My opinion of course.

Carol


----------



## Brock (Jun 14, 2005)

*Doors*

We had an Arto a-class for just under 5 years, That did not have a driver or passenger door, just a rear entrance. Loved it. The absence of a door increased cab storage and visibility for the driver through full sized windows.

Now have a Hymer 544 with a passenger door but long for my Arto. The windows on the Arto were more than big enough to cope as emergency exits for fit people.

My ideal van would have a single entrance door just behind the driver and front passenger and no other means of access.


----------



## Burneyinn (Oct 27, 2006)

Before we had our van we'd seen a lot about people saying you must have driver and passenger doors for ease in the UK. But guess what we never use them. We much prefer to use the centre door. So I would n't worry about it.


----------



## des (Aug 13, 2005)

i was very worried about this. when i ordered my daybreak i specified a driver's door. however, this had just been dropped from the options. concern was re haveing to get out onto road side in the event of a breakdown, or if using a lay-by. of course, we have only the habitation door, and no doors at the "cab" end. it turns out to have been a false worry. many rv owners we have met never use the driver's door. and the security is certainly better. 

des


----------



## smick (Jun 1, 2005)

*Drivers door*

The drivers door on a Hymer is an otion, so they wouldn't necessarily have to advertise it as NOT having one. In fact most times, it is listed as an extra when people are selling.
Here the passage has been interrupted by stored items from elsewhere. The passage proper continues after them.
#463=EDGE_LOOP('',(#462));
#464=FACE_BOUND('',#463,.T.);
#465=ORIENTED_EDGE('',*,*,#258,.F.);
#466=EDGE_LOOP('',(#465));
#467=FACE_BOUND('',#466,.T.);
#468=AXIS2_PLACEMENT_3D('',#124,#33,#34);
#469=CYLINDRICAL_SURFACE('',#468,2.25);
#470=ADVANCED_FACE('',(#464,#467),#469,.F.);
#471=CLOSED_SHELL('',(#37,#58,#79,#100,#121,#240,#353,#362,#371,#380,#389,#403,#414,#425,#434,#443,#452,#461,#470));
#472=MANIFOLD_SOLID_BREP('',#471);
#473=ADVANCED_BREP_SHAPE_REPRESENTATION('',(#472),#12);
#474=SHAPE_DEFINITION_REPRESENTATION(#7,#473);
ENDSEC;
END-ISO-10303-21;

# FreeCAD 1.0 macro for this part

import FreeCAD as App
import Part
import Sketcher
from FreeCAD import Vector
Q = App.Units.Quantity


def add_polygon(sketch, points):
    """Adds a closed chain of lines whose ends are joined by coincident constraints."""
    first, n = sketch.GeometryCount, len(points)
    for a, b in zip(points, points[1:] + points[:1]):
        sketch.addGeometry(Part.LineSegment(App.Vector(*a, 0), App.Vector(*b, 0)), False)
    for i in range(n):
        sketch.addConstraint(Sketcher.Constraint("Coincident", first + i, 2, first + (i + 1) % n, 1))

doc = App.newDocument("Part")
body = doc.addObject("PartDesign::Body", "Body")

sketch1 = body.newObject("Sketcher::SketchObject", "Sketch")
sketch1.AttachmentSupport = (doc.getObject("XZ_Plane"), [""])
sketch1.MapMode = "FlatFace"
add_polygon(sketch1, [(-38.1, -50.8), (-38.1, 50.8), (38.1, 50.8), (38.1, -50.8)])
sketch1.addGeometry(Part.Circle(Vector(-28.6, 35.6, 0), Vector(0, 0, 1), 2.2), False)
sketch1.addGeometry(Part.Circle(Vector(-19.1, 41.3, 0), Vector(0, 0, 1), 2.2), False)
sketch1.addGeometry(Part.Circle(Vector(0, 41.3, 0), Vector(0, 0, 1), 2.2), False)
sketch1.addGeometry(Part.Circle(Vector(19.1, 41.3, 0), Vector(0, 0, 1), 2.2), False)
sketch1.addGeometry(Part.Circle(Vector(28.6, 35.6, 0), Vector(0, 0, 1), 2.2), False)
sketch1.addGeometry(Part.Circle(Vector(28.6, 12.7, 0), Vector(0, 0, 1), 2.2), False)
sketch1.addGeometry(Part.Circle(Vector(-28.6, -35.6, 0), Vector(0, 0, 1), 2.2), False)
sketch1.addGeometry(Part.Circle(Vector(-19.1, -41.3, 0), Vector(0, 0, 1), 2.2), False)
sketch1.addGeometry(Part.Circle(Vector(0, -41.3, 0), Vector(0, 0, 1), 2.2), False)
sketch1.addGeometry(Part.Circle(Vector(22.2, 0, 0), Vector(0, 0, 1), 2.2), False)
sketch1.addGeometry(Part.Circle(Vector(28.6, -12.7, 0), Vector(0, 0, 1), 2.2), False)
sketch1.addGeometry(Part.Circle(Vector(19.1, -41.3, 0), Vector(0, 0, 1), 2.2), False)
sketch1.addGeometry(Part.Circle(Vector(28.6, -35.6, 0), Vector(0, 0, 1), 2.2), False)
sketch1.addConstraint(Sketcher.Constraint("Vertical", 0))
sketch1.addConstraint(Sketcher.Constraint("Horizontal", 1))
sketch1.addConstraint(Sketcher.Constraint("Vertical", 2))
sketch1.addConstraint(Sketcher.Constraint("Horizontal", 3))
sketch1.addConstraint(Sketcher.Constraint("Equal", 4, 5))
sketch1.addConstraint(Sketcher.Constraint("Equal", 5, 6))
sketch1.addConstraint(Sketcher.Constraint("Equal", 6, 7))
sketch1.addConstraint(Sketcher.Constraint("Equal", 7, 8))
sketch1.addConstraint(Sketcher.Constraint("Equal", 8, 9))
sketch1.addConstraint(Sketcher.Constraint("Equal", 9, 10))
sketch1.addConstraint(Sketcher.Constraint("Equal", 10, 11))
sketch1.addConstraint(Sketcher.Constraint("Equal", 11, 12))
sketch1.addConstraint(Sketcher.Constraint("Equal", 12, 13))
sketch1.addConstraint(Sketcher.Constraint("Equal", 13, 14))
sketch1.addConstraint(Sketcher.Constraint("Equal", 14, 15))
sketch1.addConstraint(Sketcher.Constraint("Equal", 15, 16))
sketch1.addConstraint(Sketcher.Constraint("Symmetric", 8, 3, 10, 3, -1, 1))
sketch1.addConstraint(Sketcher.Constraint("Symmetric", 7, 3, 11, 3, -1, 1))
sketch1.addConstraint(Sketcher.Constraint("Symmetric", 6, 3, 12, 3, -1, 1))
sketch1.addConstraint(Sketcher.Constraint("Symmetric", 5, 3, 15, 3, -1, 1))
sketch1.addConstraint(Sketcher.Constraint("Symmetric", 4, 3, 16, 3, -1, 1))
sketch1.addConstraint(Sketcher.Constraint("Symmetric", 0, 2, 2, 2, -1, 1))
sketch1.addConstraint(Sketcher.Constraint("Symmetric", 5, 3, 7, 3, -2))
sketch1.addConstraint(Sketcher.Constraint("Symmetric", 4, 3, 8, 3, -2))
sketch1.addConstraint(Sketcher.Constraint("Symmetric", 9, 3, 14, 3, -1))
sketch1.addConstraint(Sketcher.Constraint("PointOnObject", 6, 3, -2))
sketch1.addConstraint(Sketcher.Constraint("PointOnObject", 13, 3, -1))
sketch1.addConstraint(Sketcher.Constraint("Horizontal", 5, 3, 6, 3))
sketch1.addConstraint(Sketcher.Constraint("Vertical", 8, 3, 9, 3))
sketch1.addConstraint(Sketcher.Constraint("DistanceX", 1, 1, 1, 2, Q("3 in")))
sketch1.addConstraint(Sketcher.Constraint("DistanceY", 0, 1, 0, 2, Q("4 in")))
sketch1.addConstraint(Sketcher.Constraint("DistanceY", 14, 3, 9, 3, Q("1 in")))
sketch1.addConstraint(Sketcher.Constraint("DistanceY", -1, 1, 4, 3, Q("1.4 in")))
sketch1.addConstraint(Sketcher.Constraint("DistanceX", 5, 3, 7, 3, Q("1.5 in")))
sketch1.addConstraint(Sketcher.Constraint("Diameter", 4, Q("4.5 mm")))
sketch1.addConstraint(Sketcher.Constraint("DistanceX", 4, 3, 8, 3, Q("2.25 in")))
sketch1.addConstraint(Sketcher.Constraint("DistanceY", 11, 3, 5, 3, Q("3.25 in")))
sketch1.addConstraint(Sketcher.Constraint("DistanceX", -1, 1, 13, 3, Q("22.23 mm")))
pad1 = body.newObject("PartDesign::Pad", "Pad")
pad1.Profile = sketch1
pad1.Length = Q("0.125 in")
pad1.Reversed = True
Our 640 had one, and we did find it useful - things like getting out to the fuel filler, or side locker, but I guess we could have lived without one. If you can find one with, it's an advantage - but be aware that it can be a source of draughts.

Smick


----------



## Boff (May 10, 2005)

Hi Bob,

sorry if you were disappointed, but in my opinion you could not have expected that the "missing" driver's door was advertized. 

There is no general rule regarding A-classes and driver's doors. For instance, in their current catalogue Hymer offers the "B-class" A-classes (no pun intended, just Hymer branding policy :wink: ) in a CL and a (premium) SL version. In the SL version the driver's door is standard, but can be opted out, while in the CL version a driver's door is an extra that costs an additional 1500 EUR. 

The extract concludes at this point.